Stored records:
**********
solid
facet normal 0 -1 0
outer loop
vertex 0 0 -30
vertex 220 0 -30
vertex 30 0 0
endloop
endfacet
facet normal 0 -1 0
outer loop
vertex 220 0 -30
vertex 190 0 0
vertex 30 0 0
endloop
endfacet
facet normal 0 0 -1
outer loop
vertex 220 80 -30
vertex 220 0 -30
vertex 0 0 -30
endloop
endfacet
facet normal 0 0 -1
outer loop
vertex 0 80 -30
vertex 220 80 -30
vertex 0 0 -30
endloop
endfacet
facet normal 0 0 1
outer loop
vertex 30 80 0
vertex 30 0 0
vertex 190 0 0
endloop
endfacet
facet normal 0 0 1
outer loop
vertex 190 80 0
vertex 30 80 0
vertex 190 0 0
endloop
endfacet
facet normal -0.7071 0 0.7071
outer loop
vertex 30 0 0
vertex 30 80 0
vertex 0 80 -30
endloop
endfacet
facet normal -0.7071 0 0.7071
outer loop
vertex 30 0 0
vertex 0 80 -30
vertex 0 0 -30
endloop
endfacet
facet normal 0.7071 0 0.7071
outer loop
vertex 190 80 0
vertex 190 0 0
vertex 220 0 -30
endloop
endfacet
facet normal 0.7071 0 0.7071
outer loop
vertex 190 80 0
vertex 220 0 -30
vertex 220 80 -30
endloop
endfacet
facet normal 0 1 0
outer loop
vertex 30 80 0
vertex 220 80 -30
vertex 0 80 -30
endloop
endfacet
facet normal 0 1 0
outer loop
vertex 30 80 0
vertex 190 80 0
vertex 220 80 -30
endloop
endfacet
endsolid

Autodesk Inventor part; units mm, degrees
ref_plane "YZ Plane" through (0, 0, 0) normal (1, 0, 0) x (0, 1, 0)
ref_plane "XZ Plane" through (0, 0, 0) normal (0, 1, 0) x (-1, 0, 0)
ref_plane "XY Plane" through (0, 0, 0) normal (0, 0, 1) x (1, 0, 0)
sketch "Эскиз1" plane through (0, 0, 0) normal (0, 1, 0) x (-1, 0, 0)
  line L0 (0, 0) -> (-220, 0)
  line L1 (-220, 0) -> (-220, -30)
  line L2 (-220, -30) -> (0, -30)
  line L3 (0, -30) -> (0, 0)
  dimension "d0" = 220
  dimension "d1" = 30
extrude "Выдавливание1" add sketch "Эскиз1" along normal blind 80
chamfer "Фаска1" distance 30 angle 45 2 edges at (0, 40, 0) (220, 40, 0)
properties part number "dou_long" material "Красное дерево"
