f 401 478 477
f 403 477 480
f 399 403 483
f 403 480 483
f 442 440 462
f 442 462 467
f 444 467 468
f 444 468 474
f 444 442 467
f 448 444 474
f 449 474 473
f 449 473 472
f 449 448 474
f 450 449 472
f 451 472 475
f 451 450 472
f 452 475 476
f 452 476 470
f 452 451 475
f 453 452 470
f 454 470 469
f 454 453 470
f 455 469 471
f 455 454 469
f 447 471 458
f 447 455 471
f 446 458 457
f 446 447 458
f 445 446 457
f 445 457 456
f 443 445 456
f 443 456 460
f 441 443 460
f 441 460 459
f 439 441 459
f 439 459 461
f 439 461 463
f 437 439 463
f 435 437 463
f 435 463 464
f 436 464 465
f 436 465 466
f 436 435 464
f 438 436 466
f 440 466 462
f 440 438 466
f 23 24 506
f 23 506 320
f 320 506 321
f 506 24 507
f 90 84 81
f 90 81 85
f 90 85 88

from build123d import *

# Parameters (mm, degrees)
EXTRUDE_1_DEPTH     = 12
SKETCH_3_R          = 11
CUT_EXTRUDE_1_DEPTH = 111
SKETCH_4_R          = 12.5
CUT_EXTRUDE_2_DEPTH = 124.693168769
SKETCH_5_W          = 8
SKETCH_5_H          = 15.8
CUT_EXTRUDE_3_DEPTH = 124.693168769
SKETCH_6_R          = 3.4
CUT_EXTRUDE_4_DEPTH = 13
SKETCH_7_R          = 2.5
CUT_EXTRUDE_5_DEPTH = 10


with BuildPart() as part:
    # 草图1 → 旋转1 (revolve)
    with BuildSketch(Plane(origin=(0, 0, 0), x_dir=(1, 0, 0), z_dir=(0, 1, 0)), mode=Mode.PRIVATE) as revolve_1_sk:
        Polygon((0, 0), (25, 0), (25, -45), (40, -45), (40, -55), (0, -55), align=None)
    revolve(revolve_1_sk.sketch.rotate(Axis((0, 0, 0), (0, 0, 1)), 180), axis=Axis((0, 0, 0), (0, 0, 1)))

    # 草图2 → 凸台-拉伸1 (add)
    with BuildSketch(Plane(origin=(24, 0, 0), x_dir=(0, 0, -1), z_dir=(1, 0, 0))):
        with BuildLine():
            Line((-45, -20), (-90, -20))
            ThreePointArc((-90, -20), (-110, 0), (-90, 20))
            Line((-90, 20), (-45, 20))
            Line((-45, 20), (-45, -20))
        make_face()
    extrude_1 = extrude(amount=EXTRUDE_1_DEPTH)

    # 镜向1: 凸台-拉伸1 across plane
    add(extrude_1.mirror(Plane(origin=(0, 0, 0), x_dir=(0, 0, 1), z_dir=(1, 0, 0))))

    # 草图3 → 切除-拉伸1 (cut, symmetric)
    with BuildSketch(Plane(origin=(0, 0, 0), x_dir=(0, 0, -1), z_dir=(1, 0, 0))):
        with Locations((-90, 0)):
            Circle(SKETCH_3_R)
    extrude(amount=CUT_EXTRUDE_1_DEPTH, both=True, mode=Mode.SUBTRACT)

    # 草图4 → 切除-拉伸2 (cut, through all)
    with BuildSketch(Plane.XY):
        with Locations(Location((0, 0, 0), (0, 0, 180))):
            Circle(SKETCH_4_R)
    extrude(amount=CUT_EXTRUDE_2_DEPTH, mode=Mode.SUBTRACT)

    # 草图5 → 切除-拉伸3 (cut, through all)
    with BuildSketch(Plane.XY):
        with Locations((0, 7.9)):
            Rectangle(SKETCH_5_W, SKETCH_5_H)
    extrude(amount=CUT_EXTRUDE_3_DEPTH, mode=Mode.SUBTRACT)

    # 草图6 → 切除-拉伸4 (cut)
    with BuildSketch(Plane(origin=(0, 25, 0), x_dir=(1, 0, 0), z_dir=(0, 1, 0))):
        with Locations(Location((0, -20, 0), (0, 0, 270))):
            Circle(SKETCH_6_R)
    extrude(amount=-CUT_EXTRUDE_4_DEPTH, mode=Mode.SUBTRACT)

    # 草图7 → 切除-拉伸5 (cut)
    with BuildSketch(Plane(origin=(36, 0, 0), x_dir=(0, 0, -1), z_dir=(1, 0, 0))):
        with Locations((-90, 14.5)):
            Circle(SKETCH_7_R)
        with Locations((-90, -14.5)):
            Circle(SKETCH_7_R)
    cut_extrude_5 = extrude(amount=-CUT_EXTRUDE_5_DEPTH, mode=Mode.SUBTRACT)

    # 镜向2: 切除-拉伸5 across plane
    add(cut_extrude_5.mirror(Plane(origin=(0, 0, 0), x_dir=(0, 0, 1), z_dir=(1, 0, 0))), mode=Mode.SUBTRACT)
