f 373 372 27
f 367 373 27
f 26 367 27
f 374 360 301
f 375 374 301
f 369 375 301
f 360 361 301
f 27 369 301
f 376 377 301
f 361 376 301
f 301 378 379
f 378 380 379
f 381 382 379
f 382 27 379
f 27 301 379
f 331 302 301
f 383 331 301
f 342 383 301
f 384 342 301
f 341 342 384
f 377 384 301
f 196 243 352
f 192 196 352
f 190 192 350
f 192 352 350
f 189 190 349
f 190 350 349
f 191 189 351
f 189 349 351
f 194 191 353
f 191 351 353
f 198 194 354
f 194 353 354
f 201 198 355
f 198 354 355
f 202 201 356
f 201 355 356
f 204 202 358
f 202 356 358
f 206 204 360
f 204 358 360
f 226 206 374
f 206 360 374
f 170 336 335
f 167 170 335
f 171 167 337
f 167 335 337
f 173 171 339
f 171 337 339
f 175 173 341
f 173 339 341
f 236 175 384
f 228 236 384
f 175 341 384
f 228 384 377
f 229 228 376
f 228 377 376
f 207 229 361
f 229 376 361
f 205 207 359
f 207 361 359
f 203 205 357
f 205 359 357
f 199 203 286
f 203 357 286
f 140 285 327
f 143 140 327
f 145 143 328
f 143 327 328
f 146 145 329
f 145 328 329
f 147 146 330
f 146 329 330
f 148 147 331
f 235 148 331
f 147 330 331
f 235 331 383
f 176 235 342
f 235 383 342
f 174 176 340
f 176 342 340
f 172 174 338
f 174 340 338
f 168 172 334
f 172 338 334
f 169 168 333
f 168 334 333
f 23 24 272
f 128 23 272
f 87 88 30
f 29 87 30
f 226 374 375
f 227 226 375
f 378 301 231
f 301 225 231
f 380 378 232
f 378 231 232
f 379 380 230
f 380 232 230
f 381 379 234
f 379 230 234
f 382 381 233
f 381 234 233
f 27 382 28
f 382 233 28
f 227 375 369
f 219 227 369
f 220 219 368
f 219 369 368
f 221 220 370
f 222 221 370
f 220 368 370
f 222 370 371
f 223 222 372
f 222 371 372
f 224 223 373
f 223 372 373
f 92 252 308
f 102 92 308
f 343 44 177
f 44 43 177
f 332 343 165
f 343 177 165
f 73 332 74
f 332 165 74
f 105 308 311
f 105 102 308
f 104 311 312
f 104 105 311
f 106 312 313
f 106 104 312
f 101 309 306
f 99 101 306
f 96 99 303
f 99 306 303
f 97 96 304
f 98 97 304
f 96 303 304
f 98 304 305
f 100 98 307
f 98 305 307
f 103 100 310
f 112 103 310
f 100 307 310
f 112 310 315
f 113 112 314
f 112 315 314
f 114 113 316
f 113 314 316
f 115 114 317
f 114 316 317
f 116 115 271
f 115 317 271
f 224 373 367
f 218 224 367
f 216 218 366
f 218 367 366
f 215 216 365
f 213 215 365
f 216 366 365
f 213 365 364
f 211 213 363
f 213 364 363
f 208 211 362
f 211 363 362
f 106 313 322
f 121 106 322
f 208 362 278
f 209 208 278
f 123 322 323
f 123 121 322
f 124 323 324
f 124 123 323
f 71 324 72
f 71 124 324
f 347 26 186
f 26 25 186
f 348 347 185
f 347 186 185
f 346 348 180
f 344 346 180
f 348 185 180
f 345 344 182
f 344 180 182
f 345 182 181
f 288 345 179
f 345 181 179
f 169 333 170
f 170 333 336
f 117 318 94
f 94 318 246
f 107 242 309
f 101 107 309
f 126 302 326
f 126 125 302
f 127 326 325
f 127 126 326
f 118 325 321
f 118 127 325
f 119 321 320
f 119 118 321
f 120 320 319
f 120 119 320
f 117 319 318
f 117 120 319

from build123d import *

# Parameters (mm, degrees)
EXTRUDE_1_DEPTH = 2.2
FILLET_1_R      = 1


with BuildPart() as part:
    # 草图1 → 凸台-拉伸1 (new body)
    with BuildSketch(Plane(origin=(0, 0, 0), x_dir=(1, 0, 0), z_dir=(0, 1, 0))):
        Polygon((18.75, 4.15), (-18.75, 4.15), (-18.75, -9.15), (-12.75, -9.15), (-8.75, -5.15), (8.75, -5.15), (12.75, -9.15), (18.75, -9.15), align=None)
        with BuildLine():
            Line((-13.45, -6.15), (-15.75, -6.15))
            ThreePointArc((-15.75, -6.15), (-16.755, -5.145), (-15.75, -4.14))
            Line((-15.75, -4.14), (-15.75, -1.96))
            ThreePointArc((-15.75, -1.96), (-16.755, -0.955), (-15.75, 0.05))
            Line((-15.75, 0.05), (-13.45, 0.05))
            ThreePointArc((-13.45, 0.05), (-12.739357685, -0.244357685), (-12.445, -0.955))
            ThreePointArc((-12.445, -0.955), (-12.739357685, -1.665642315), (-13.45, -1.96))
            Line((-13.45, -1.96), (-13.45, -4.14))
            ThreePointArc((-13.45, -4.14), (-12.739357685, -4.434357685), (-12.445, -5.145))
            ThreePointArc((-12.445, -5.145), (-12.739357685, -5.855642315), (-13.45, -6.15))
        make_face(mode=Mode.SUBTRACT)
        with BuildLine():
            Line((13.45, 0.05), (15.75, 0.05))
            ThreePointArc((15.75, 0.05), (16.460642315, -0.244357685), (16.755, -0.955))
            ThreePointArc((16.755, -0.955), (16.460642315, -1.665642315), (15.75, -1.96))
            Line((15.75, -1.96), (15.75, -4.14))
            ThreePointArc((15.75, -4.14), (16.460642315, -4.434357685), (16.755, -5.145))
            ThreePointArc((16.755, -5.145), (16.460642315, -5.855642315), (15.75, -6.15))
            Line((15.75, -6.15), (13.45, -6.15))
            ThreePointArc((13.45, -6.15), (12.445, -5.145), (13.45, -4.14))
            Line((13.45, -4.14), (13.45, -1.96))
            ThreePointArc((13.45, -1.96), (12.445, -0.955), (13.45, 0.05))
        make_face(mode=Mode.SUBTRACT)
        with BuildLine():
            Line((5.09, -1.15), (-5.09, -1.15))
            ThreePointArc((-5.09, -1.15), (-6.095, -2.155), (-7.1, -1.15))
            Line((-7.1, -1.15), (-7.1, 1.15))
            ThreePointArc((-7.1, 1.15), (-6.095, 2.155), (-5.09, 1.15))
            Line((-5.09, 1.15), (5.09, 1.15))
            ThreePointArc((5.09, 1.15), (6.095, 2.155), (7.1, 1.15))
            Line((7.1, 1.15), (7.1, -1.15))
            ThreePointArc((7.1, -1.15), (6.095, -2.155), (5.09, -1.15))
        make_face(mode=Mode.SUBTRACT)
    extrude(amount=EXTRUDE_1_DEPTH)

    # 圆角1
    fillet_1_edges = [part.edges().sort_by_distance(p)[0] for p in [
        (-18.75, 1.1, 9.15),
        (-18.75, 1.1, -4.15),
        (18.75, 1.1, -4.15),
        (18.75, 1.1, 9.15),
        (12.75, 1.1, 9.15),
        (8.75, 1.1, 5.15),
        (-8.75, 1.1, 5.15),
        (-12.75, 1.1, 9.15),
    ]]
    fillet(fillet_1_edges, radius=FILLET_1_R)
**********
Prompt
Taking the entries above, restate exactly those lines that fall between the line with "f 373 372 27" and the line with "f 201 355 356", keeping both of those lines too.

Answer area
f 373 372 27
f 367 373 27
f 26 367 27
f 374 360 301
f 375 374 301
f 369 375 301
f 360 361 301
f 27 369 301
f 376 377 301
f 361 376 301
f 301 378 379
f 378 380 379
f 381 382 379
f 382 27 379
f 27 301 379
f 331 302 301
f 383 331 301
f 342 383 301
f 384 342 301
f 341 342 384
f 377 384 301
f 196 243 352
f 192 196 352
f 190 192 350
f 192 352 350
f 189 190 349
f 190 350 349
f 191 189 351
f 189 349 351
f 194 191 353
f 191 351 353
f 198 194 354
f 194 353 354
f 201 198 355
f 198 354 355
f 202 201 356
f 201 355 356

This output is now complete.